Sometime in the late 1970s, the song acquired the name "Vogeltanz" (bird dance) or "Vogerltanz" (Little Bird Dance or Birdie Dance), although these names never caught on seriously in Germany. On some sheet music and recordings it is called "Dance Little Bird." It appears that no one in Germany uses the term "Kükentanz" (Küken means chicken).

It migrated to America a few years later, when New York publisher Stanley Mills acquired the U.S. publishing rights. Mr. Mills, whose September Music Corp. consisted of himself and an assistant, hawked the song relentlessly, "As soon as I heard someone was doing a dance album or a polka album, as soon as I even smelled it, I called them up," Mills said.

Mills changed the song's name to "Dance Little Bird" in an attempt to make it more commercial. He also commissioned English lyrics: "Hey, you're in the swing/You're cluckin' like a bird (pluck, pluck, pluck, pluck)/You're flappin' your wings/Don't you feel absurd."
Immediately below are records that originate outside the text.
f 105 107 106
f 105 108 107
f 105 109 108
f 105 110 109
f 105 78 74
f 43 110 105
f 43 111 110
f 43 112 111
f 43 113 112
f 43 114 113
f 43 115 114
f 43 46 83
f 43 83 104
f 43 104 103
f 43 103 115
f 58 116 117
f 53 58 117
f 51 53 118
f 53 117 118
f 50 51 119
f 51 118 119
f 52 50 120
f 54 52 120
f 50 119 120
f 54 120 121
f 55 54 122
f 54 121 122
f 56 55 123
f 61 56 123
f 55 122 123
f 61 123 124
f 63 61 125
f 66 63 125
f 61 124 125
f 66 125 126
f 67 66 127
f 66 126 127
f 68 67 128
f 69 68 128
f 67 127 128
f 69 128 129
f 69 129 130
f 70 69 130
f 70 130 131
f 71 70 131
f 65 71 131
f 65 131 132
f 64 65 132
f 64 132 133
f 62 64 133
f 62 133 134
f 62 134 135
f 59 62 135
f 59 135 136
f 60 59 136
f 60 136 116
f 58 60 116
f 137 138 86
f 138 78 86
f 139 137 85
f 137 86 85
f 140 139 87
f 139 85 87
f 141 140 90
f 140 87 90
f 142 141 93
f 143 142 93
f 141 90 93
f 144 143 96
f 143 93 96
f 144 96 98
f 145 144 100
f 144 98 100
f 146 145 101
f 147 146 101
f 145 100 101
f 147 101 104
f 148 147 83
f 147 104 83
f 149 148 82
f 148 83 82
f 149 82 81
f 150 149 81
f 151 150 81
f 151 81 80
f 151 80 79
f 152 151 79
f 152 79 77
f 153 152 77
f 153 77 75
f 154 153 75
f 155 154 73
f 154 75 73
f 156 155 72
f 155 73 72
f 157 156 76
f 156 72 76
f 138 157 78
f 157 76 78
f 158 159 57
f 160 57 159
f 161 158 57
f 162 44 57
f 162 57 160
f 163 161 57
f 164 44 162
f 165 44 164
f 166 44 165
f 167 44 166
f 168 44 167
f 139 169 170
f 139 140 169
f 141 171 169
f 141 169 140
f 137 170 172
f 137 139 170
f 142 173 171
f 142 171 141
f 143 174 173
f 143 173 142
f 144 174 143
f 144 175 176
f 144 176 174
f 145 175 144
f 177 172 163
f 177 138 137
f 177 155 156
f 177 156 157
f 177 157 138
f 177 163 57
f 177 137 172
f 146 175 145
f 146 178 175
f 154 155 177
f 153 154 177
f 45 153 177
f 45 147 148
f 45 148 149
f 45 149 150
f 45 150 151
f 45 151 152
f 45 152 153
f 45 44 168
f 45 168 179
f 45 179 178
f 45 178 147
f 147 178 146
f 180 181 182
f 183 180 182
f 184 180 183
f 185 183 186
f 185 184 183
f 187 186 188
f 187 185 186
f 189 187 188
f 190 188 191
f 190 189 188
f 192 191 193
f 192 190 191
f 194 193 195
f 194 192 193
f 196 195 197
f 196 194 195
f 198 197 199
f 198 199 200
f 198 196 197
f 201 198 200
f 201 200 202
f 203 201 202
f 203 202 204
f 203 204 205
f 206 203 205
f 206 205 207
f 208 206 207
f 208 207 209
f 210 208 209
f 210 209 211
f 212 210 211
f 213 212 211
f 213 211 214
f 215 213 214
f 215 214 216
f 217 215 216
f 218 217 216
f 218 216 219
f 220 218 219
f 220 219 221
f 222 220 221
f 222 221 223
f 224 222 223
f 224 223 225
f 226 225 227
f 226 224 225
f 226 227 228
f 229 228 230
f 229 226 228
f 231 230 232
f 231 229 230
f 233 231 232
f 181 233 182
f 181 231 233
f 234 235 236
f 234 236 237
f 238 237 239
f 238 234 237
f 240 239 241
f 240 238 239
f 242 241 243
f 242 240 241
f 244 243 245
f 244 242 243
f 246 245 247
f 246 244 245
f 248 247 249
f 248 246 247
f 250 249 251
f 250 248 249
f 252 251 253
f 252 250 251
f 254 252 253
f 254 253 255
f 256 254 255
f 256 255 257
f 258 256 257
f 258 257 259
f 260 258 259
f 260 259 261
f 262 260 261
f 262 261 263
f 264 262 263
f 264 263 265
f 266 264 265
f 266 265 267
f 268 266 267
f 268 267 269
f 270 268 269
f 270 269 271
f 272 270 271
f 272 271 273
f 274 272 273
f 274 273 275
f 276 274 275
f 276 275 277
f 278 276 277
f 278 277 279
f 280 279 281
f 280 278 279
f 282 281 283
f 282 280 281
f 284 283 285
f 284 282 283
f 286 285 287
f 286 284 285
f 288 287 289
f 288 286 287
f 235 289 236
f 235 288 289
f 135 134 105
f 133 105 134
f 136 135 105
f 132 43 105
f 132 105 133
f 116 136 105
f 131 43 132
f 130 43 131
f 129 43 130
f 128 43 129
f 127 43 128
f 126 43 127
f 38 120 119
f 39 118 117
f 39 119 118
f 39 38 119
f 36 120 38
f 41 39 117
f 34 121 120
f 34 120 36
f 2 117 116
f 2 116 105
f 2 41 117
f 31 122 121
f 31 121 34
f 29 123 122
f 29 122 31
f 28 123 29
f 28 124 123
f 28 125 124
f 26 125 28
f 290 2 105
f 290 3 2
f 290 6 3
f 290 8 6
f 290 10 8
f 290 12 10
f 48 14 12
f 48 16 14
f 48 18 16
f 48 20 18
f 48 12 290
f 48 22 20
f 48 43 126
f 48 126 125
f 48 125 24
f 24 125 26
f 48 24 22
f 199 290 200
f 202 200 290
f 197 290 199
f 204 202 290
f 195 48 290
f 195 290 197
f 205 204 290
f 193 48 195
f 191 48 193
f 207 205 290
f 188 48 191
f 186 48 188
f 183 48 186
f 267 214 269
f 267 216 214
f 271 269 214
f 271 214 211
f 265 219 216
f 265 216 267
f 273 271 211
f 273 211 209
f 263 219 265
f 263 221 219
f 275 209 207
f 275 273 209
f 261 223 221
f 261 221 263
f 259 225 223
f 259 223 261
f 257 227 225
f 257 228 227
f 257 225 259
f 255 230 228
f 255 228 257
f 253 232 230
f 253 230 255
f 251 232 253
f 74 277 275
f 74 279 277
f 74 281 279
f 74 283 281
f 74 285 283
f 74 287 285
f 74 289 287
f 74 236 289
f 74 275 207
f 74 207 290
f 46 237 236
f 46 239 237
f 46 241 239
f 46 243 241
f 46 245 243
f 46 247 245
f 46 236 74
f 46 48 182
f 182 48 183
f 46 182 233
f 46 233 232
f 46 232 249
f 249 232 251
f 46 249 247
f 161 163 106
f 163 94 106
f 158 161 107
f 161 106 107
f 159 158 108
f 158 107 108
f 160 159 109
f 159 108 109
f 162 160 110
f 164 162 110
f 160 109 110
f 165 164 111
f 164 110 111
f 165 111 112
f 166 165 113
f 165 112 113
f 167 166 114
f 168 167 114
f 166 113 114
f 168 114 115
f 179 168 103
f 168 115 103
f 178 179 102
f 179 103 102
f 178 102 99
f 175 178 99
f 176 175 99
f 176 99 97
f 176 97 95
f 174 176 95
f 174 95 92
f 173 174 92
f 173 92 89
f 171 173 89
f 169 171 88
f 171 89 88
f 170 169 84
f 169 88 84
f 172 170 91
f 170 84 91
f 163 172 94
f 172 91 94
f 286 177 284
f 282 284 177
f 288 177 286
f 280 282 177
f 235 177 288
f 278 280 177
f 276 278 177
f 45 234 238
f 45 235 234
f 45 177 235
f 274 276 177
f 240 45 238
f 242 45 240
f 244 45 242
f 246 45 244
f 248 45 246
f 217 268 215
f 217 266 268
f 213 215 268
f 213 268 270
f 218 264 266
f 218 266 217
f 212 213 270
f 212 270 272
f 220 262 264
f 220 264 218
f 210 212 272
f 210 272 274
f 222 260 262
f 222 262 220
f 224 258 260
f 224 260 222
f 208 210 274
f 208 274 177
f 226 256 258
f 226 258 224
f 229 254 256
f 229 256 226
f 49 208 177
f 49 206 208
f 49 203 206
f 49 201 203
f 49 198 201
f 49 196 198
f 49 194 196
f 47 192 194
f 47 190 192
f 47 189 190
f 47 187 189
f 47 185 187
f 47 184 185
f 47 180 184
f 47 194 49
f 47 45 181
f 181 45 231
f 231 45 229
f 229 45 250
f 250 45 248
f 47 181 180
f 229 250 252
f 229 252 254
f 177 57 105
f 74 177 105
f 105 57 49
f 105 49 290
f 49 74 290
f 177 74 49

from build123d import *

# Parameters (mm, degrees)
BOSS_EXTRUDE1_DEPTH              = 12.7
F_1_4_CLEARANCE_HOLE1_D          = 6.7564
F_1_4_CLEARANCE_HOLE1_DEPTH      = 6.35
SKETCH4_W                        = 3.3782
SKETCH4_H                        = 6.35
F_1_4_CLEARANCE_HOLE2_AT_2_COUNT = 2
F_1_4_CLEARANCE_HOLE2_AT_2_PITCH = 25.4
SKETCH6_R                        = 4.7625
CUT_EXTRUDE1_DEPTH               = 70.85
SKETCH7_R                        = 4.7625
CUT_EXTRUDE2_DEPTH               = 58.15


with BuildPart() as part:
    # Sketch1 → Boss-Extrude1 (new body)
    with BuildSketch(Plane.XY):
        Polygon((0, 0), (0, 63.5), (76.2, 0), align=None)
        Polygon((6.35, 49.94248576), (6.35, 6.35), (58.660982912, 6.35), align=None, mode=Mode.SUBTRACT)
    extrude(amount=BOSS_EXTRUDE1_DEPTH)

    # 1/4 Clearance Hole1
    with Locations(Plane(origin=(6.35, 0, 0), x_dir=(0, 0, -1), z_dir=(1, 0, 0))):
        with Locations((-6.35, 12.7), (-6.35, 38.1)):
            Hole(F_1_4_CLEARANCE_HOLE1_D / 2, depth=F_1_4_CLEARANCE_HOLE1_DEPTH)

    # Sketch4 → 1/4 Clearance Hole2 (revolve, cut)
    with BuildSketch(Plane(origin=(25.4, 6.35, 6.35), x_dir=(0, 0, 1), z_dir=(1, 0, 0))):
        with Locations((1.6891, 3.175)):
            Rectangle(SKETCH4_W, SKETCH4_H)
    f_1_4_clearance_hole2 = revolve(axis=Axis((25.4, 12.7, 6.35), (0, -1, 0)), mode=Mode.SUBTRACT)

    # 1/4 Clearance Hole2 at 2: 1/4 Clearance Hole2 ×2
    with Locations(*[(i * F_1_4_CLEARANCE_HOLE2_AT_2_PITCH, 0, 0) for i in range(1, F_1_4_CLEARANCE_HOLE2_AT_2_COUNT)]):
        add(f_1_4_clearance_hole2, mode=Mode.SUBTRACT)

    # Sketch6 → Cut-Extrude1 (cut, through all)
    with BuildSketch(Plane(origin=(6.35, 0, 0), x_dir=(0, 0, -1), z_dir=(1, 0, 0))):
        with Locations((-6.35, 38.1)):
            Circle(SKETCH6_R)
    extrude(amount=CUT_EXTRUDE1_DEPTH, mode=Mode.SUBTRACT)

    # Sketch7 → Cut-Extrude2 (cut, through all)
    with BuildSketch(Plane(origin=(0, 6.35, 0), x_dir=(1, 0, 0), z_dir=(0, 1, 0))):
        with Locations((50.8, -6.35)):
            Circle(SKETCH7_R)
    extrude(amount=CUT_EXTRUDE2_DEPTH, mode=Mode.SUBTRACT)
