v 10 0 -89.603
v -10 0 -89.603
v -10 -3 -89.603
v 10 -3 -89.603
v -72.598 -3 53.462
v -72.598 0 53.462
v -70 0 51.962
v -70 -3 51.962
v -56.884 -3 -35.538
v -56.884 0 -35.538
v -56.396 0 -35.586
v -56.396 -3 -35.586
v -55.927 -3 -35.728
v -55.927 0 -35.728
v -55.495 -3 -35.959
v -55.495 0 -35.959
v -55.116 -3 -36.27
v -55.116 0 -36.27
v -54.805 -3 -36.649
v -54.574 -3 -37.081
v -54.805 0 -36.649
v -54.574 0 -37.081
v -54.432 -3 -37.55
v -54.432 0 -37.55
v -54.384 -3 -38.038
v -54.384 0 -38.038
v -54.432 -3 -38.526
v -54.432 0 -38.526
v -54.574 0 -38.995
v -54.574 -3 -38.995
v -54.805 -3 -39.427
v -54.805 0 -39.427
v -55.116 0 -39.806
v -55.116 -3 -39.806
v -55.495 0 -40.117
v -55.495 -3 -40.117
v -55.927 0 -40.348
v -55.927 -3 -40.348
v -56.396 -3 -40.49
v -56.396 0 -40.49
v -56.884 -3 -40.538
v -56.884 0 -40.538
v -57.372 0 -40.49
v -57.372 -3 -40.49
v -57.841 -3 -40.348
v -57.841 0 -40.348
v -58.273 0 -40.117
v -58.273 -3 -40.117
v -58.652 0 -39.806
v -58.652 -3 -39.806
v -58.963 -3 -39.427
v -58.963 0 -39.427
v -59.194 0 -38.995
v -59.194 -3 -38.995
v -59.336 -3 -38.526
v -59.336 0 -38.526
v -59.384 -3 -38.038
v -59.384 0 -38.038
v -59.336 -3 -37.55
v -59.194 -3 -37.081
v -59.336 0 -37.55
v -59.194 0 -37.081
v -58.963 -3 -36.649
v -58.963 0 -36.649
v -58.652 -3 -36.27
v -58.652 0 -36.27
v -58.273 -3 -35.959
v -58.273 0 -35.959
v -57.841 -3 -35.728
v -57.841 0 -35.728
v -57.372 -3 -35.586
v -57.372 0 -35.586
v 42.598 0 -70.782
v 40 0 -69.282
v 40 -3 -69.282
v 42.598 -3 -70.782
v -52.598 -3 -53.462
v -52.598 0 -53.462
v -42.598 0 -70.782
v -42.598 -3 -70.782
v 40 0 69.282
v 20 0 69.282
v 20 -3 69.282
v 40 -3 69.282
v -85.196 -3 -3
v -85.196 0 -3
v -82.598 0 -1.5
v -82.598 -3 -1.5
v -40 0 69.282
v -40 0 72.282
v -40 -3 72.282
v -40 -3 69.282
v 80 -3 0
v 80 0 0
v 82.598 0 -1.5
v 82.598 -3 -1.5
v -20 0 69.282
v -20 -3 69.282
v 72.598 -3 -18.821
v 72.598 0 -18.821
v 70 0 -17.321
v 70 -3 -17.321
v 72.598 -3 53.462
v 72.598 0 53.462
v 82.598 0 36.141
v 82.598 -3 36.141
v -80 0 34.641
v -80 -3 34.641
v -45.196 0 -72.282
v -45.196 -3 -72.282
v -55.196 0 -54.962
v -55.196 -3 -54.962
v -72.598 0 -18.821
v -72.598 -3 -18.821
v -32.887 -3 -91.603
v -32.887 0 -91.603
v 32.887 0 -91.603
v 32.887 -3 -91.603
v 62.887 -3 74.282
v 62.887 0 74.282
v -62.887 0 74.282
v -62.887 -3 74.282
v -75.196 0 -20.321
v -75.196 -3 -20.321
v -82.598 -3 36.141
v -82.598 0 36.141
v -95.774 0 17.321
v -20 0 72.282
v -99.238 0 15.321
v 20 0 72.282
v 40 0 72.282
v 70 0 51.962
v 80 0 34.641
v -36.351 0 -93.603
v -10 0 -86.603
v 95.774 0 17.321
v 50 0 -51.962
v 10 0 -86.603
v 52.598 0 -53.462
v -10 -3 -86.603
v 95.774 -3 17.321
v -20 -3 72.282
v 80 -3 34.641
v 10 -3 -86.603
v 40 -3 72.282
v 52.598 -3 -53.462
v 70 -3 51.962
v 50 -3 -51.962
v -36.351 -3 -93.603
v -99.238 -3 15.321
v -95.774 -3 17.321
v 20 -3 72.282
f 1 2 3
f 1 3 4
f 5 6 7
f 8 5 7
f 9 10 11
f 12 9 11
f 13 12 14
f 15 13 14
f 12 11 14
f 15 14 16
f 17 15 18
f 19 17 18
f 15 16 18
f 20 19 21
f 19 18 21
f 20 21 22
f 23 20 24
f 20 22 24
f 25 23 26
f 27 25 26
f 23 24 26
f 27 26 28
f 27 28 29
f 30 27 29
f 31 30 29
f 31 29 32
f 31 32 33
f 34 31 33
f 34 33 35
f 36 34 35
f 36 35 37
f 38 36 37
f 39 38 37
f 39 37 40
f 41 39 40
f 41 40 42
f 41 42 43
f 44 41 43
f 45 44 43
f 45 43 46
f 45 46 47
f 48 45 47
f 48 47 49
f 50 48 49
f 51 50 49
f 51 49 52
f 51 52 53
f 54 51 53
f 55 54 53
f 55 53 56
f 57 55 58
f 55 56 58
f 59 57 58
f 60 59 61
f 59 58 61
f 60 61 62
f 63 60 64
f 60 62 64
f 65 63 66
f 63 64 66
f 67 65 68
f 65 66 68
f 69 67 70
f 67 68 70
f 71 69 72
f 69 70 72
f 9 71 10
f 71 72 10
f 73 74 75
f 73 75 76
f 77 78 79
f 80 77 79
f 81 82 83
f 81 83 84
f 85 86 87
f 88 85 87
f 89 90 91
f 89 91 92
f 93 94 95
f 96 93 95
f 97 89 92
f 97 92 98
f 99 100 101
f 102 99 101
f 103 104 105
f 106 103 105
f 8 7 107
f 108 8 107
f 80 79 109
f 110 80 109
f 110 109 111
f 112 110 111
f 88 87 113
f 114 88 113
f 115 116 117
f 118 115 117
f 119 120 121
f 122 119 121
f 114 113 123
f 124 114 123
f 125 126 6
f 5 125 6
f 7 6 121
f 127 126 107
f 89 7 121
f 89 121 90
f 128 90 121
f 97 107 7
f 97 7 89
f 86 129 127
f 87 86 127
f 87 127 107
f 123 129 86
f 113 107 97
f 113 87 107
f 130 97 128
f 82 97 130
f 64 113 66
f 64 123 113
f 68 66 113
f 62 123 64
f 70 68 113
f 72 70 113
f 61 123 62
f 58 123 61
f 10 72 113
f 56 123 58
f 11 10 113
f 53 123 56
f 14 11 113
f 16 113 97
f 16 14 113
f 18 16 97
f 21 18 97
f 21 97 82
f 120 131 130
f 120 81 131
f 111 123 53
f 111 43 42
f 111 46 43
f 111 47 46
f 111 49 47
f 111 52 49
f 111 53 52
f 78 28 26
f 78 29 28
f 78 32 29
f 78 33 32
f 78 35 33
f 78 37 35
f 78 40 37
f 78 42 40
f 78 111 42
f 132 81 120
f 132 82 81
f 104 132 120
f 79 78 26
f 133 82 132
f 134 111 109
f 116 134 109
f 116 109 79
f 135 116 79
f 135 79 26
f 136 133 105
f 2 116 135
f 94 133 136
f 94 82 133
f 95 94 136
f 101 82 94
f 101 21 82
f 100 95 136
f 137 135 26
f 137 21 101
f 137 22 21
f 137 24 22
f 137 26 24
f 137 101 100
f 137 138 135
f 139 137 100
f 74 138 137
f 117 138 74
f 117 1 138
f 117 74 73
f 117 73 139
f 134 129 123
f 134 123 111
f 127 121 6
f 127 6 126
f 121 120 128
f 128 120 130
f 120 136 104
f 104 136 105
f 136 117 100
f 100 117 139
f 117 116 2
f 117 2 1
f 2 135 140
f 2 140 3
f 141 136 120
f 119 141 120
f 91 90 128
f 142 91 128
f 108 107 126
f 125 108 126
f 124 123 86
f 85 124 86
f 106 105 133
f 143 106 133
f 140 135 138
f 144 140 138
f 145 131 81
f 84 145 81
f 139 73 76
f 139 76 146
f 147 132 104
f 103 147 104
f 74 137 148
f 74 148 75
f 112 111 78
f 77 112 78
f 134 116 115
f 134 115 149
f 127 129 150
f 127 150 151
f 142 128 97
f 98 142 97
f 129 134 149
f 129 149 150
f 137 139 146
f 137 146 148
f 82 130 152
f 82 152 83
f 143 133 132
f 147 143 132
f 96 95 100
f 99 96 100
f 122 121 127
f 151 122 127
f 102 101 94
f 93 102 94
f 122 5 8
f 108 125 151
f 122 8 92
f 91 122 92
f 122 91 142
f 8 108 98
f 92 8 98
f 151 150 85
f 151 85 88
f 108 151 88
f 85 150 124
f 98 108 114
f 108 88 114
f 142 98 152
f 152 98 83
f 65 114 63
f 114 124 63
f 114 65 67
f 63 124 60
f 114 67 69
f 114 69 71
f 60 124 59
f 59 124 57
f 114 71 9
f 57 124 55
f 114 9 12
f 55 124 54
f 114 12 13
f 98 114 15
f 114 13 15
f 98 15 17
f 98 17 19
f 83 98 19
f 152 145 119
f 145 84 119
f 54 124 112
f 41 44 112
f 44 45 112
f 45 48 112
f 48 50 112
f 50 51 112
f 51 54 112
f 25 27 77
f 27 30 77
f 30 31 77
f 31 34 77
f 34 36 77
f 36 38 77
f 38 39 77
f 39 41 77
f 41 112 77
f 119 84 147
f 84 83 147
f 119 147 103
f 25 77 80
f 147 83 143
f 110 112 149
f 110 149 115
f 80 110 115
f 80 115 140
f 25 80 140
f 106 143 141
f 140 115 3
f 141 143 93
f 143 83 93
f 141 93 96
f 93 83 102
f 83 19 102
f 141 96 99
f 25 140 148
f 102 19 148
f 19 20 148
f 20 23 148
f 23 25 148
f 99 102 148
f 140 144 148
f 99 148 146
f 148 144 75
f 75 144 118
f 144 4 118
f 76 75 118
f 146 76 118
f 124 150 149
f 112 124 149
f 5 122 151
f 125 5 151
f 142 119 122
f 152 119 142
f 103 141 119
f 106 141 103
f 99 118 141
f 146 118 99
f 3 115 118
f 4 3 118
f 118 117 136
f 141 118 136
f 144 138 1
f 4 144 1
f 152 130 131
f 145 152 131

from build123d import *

# Parameters (mm, degrees)
BOSS_EXTRUDE1_DEPTH = 3
BOSS_EXTRUDE2_DEPTH = 3
SKETCH6_R           = 2.5
CUT_EXTRUDE1_DEPTH  = 137.449762455
SKETCH7_W           = 20
SKETCH7_H           = 3
CUT_EXTRUDE2_DEPTH  = 137.449762455


with BuildPart() as part:
    # Sketch4 → Boss-Extrude1 (new body)
    with BuildSketch(Plane(origin=(0, 0, 0), x_dir=(1, 0, 0), z_dir=(0, 1, 0))):
        Polygon((-32.886751346, 91.602540378), (32.886751346, 91.602540378), (95.773502692, -17.320508076), (62.886751346, -74.282032303), (-62.886751346, -74.282032303), (-95.773502692, -17.320508076), align=None)
    extrude(amount=-BOSS_EXTRUDE1_DEPTH)

    # Sketch5 → Boss-Extrude2 (add, through all)
    with BuildSketch(Plane(origin=(0, 0, 0), x_dir=(1, 0, 0), z_dir=(0, 1, 0))):
        Polygon((-95.773502692, -17.320508076), (-32.886751346, 91.602540378), (-36.350852961, 93.602540378), (-99.237604307, -15.320508076), align=None)
    extrude(amount=-BOSS_EXTRUDE2_DEPTH)

    # Sketch6 → Cut-Extrude1 (cut, through all)
    with BuildSketch(Plane(origin=(0, 0, 0), x_dir=(1, 0, 0), z_dir=(0, 1, 0))):
        with Locations(Location((-56.883974596, 38.038130468, 0), (0, 0, 270))):
            Circle(SKETCH6_R)
    extrude(amount=-CUT_EXTRUDE1_DEPTH, mode=Mode.SUBTRACT)

    # Sketch7 → Cut-Extrude2 (cut, through all)
    with BuildSketch(Plane(origin=(0, 0, 0), x_dir=(1, 0, 0), z_dir=(0, 1, 0))):
        with Locations((0, 88.102540378)):
            Rectangle(SKETCH7_W, SKETCH7_H)
        with Locations((-30, -70.782032303)):
            Rectangle(SKETCH7_W, SKETCH7_H)
        with Locations((30, -70.782032303)):
            Rectangle(SKETCH7_W, SKETCH7_H)
        Polygon((50, 51.961524227), (40, 69.282032303), (42.598076211, 70.782032303), (52.598076211, 53.461524227), align=None)
        Polygon((72.598076211, 18.820508076), (70, 17.320508076), (80, 0), (82.598076211, 1.5), align=None)
        Polygon((80, -34.641016151), (70, -51.961524227), (72.598076211, -53.461524227), (82.598076211, -36.141016151), align=None)
        Polygon((-70, -51.961524227), (-80, -34.641016151), (-82.598076211, -36.141016151), (-72.598076211, -53.461524227), align=None)
        Polygon((-45.196152423, 72.282032303), (-55.196152423, 54.961524227), (-52.598076211, 53.461524227), (-42.598076211, 70.782032303), align=None)
        Polygon((-75.196152423, 20.320508076), (-85.196152423, 3), (-82.598076211, 1.5), (-72.598076211, 18.820508076), align=None)
    extrude(amount=-CUT_EXTRUDE2_DEPTH, mode=Mode.SUBTRACT)


solid = part.part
The words never really caught on, but Mills did line up several recordings. Band leader Jimmy Sturr says he put the tune on a 1982 album called "Hooked on Polkas!" after Mills badgered him to "record this, it's going to be a big hit." Sturr still performs it in his live shows, yet the song failed to dent the pop charts.

Things started to change in the late 1980s. The dance began showing up at Oktoberfests and other events. Mr. Mills got his first personal experience of the burgeoning phenomenon when he heard the song played by a band at his son's bar mitzvah. Then a record label called to ask about using the "Chicken Dance." Mills had never heard the name used for his song before. But an informal survey of bandleaders he knew revealed that many of them were performing the tune at weddings and other events, always using the "Chicken Dance" name.

As it became a staple of the dance-party circuit, the "Chicken Dance" also feathered Mills' nest. BY the late 1990s, he was licensing the tune for use on dance compilation CDs, karaoke collections and TV commercials for Burger King and others. His "Chicken Dance" income from television commercials alone surged from a pittance at the start of the 1990s to approximately $7,000 in 1995, and then to more than $50,000.

Typical of the new "Chicken Dance" backers is Ted Kryczko, vice president for product development at Walt Disney Records. He decided to put the tune into a kids' collection after he saw children bouncing happily to it at a Mighty Ducks hockey game. In the Disney version, Minnie Mouse demonstrates the dance's finer points, though Mr. Kryczko himself says, "I try not to flap in public."

But lots of other people do, though even the song's performers struggle to explain why. People think they're ridiculous for doing it, but they do it anyway, The song's ubiquity owes partly to its simplicity; It consists of just a few notes that are repeated at an ever-increasing speed.

"Don't tense up. Just pretend you are the chicken."